English actor (1933–2003)

Don Estelle (22 May 1933 – 2 August 2003) was an English actor and singer, best known as Gunner "Lofty" Sugden in It Ain't Half Hot Mum. In 1975, he recorded "Whispering Grass" with co-star Windsor Davies, which spent three weeks at number one in the UK.

==Early life==
Born Ronald Edwards in Crumpsall, Manchester, he was brought up in a house on Russell Street in the area. During the Second World War, at the age of eight, he was evacuated to Darwen, Lancashire to escape the Manchester Blitz. It was there he found his voice as a boy soprano at the local Holy Trinity Parish Church, and on returning home after the war, he continued singing at St Mary's Church, Crumpsall. He later joined a charity group, the Manchester Kentucky Minstrels, and with them, performed "Granada" in the 1954 talent show What Makes a Star? at BBC Radio's northern studios in Manchester.

Estelle worked at a soft furniture shop before his career in acting took off. In the day he worked at the shop and by night was singing in clubs around Northern England.

==Career==

=== Early career ===
Estelle, whose real name was Ronald Edwards, chose his stage name by combining the name of a Levenshulme ladies fashion shop "Estelle Modes" with advice from a co-worker that "Don" sounded better than "Ron" and became Don Estelle, and started finding work as an extra on many shows taped at the Granada Studios.

Estelle gained experience by singing one song 12 times a week in the show The Backyard Kids at the Hulme Hippodrome in Manchester. In the early 1960s he appeared as an extra on many episodes of Coronation Street, sat inside the Rovers Return Inn or walking up and down the street. His time on the Coronation Street set and his club singing interfered with his job at the furniture shop and was eventually fired. Estelle then softened out and according to him: "I drank a lot, had a moustache, wore a medallion around my neck, I was crazy, romantic".

He met the actor Windsor Davies in 1962 at the Garrick Theatre in London and the two men formed an act which toured theatres and clubs for four years. Estelle had small roles in Dad's Army (playing a Pickfords removals man in one 1969, episode and an ARP warden called Gerald in three more in 1970).

=== It Ain't Half Hot Mum ===
He eventually gained the role of Gunner "Lofty" Sugden in the sitcom It Ain't Half Hot, Mum, which was first broadcast in January 1974 and ran until September 1981, reuniting him with Davies, whose sergeant major character often mocked Lofty in the storylines. The character was given the ironic nickname of Lofty because of Estelle's 4 ft 9 in stature.

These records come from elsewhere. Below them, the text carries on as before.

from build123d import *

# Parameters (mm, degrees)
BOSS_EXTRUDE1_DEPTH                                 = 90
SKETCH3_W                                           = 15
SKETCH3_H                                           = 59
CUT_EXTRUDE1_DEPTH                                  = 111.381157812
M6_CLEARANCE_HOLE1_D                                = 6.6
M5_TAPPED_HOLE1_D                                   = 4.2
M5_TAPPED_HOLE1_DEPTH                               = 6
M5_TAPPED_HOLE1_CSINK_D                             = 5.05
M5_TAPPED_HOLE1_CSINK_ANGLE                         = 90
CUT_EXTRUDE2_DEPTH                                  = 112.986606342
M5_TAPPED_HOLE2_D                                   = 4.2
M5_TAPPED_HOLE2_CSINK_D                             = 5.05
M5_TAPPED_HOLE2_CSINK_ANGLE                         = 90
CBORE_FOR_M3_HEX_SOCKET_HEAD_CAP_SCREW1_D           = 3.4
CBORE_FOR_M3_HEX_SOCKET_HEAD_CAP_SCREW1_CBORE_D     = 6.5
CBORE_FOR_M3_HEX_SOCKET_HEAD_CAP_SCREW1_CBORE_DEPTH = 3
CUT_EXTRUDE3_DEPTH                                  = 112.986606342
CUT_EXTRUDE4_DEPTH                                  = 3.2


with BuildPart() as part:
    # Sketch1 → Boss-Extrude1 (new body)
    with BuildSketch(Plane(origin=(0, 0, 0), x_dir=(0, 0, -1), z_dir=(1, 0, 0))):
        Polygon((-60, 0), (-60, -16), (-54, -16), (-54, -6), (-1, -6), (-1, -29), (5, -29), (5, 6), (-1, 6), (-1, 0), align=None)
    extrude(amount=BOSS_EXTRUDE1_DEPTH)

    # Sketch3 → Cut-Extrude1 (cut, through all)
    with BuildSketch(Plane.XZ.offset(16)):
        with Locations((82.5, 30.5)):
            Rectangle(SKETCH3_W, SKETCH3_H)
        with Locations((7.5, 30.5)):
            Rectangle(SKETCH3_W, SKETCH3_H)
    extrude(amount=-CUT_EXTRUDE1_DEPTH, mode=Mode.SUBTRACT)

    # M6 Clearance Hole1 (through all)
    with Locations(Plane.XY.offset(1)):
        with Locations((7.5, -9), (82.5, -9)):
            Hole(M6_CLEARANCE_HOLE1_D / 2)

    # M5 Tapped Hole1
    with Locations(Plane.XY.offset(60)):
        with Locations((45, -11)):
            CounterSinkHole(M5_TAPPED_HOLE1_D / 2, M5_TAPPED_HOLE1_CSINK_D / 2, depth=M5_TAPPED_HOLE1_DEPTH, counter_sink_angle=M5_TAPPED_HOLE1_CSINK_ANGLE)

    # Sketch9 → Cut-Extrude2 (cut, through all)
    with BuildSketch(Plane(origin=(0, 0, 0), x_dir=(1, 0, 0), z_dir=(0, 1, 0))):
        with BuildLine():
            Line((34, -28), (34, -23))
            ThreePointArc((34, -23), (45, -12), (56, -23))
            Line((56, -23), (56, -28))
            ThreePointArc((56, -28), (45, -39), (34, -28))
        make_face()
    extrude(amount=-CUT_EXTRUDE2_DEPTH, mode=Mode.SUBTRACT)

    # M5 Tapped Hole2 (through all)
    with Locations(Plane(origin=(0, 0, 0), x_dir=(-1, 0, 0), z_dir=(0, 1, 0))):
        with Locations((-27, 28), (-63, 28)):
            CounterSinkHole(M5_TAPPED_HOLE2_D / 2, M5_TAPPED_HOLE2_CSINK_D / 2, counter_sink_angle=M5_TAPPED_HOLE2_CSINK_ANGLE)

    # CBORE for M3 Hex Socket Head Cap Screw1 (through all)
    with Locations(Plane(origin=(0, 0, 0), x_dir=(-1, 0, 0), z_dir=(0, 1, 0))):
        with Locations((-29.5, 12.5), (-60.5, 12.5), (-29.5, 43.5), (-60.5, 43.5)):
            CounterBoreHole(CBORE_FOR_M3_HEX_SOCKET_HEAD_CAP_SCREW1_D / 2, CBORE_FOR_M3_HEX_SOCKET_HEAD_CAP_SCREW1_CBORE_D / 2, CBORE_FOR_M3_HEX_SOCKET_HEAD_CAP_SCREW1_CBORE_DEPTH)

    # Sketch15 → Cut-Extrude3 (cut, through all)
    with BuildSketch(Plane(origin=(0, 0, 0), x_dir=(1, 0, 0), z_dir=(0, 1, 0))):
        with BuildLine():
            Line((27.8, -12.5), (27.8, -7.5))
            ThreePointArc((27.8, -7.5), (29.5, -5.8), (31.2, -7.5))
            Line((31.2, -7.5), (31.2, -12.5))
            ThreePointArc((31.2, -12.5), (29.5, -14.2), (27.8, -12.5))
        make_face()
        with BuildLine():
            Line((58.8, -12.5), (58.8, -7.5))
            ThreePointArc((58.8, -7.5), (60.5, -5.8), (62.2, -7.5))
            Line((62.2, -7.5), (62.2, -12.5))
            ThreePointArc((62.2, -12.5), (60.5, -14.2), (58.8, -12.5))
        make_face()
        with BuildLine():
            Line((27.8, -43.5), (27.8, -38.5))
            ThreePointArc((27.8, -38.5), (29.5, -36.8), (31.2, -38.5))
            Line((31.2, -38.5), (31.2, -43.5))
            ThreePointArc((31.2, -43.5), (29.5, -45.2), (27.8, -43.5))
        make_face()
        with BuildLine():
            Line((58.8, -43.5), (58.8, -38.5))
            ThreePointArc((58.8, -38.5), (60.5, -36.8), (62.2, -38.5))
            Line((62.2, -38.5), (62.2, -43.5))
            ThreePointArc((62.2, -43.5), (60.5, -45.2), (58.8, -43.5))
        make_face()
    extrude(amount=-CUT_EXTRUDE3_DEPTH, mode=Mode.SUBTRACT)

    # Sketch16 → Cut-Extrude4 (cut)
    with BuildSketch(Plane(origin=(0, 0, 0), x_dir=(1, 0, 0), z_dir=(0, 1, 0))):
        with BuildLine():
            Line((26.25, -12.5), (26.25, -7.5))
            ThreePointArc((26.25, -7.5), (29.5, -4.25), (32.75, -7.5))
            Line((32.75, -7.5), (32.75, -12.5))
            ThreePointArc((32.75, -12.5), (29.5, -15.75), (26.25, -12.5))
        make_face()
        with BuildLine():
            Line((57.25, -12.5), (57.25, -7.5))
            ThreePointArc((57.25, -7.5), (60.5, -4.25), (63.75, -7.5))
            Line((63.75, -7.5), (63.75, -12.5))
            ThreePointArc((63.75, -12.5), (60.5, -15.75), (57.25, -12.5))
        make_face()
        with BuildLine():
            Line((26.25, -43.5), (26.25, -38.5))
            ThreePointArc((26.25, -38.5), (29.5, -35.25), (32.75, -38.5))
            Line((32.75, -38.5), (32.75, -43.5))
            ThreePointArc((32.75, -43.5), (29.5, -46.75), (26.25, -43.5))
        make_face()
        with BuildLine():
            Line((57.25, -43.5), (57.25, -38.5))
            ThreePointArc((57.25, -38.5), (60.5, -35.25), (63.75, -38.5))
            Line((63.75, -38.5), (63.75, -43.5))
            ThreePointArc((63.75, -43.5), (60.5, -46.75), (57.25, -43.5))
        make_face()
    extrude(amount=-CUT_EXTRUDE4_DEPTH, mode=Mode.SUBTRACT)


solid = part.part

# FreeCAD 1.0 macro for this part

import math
import FreeCAD as App
import Part
import Sketcher
from FreeCAD import Vector
Q = App.Units.Quantity

doc = App.newDocument("Part")
body = doc.addObject("PartDesign::Body", "Body")

# Sketch on YZ plane
sketch1 = body.newObject("Sketcher::SketchObject", "Sketch")
sketch1.AttachmentSupport = (doc.getObject("YZ_Plane"), [""])
sketch1.MapMode = "FlatFace"
sketch1.addGeometry(Part.LineSegment(Vector(0, 60, 0), Vector(-16, 60, 0)), False)
sketch1.addGeometry(Part.LineSegment(Vector(-16, 60, 0), Vector(-16, 54, 0)), False)
sketch1.addGeometry(Part.LineSegment(Vector(-16, 54, 0), Vector(-6, 54, 0)), False)
sketch1.addGeometry(Part.LineSegment(Vector(-6, 54, 0), Vector(-6, 1, 0)), False)
sketch1.addGeometry(Part.LineSegment(Vector(-6, 1, 0), Vector(-29, 1, 0)), False)
sketch1.addGeometry(Part.LineSegment(Vector(-29, 1, 0), Vector(-29, -5, 0)), False)
sketch1.addGeometry(Part.LineSegment(Vector(-29, -5, 0), Vector(6, -5, 0)), False)
sketch1.addGeometry(Part.LineSegment(Vector(6, -5, 0), Vector(6, 1, 0)), False)
sketch1.addGeometry(Part.LineSegment(Vector(6, 1, 0), Vector(0, 1, 0)), False)
sketch1.addGeometry(Part.LineSegment(Vector(0, 1, 0), Vector(0, 60, 0)), False)
sketch1.addConstraint(Sketcher.Constraint("Coincident", 0, 2, 1, 1))
sketch1.addConstraint(Sketcher.Constraint("Coincident", 1, 2, 2, 1))
sketch1.addConstraint(Sketcher.Constraint("Coincident", 2, 2, 3, 1))
sketch1.addConstraint(Sketcher.Constraint("Coincident", 3, 2, 4, 1))
sketch1.addConstraint(Sketcher.Constraint("Coincident", 4, 2, 5, 1))
sketch1.addConstraint(Sketcher.Constraint("Coincident", 5, 2, 6, 1))
sketch1.addConstraint(Sketcher.Constraint("Coincident", 6, 2, 7, 1))
sketch1.addConstraint(Sketcher.Constraint("Coincident", 7, 2, 8, 1))
sketch1.addConstraint(Sketcher.Constraint("Coincident", 8, 2, 9, 1))
sketch1.addConstraint(Sketcher.Constraint("Coincident", 9, 2, 0, 1))
sketch1.addConstraint(Sketcher.Constraint("Horizontal", 0))
sketch1.addConstraint(Sketcher.Constraint("Vertical", 1))
sketch1.addConstraint(Sketcher.Constraint("Horizontal", 2))
sketch1.addConstraint(Sketcher.Constraint("Vertical", 3))
sketch1.addConstraint(Sketcher.Constraint("Horizontal", 4))
sketch1.addConstraint(Sketcher.Constraint("Vertical", 5))
sketch1.addConstraint(Sketcher.Constraint("Horizontal", 6))
sketch1.addConstraint(Sketcher.Constraint("Vertical", 7))
sketch1.addConstraint(Sketcher.Constraint("Horizontal", 8))
sketch1.addConstraint(Sketcher.Constraint("Vertical", 9))
sketch1.addConstraint(Sketcher.Constraint("Symmetric", 3, 2, 7, 2, -2))
sketch1.addConstraint(Sketcher.Constraint("PointOnObject", 8, 2, -2))
sketch1.addConstraint(Sketcher.Constraint("Equal", 8, 1))
sketch1.addConstraint(Sketcher.Constraint("Equal", 1, 5))
sketch1.addConstraint(Sketcher.Constraint("DistanceX", 0, 2, 0, 1, Q("16 mm")))
sketch1.addConstraint(Sketcher.Constraint("DistanceX", 2, 1, 2, 2, Q("10 mm")))
sketch1.addConstraint(Sketcher.Constraint("DistanceX", 4, 2, 4, 1, Q("23 mm")))
sketch1.addConstraint(Sketcher.Constraint("DistanceY", 3, 2, 3, 1, Q("53 mm")))
sketch1.addConstraint(Sketcher.Constraint("DistanceY", -1, 1, 0, 2, Q("60 mm")))
pad1 = body.newObject("PartDesign::Pad", "Pad")
pad1.Profile = sketch1
pad1.Length = 90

Estelle (second from right) in the lineup of the It Ain't Half Hot Mum theme song, 1974

Estelle's powerful tenor operatic singing voice was featured in It Ain't Half Hot, Mum, and became a staple in Lofty's character. In 1975, Davies asked Estelle if he wanted to restart their double act, however this time in character as SJM Williams and Gunner Lofty. Realising that double acts had to sing in addition to comedy, Estelle went through his record collection and found the single "Whispering Grass", a song by The Ink Spots he had bought for a sixpence many years ago, and recorded the song; as Davies could not sing, he instead provided spoken word and backing vocals in his distinctive baritone voice; their semi-comic version of "Whispering Grass" went to number one in the UK in June 1975, spending three weeks at the top of the charts and selling half a million copies. This was followed by a cover of "Paper Doll" which reached number 41, their second and last single to chart, and a top ten LP, Sing Lofty (1976), all three recorded with Davies. Estelle's solo album (not featuring Davies), "Lofty" Sings, peaked at number ten in the album charts.

=== Later career ===
After It Ain't Half Hot Mum ended in 1981, Estelle found it hard to find auditions. He was offered the occasional one-off gig at a night club and was asked to film a few adverts, however he hated filming them as they apparently took too long to shoot and Estelle felt that the producers were paying him less than what he should have and they relied too much on the "Lofty" look.

Estelle also acted in the films Not Now, Comrade (1976) and A Private Function (1984), in addition to Santa Claus: The Movie (1985) alongside Melvyn Hayes, who also appeared in It Ain't Half Hot Mum. In the first series of The League of Gentlemen, he made brief appearances in two episodes as Little Don, the keeper of the Roundabout Zoo, a zoo on a traffic island. In 2001, he appeared in an episode of Linda Smith's A Brief History of Timewasting as Little Don of the East End Art Mafia.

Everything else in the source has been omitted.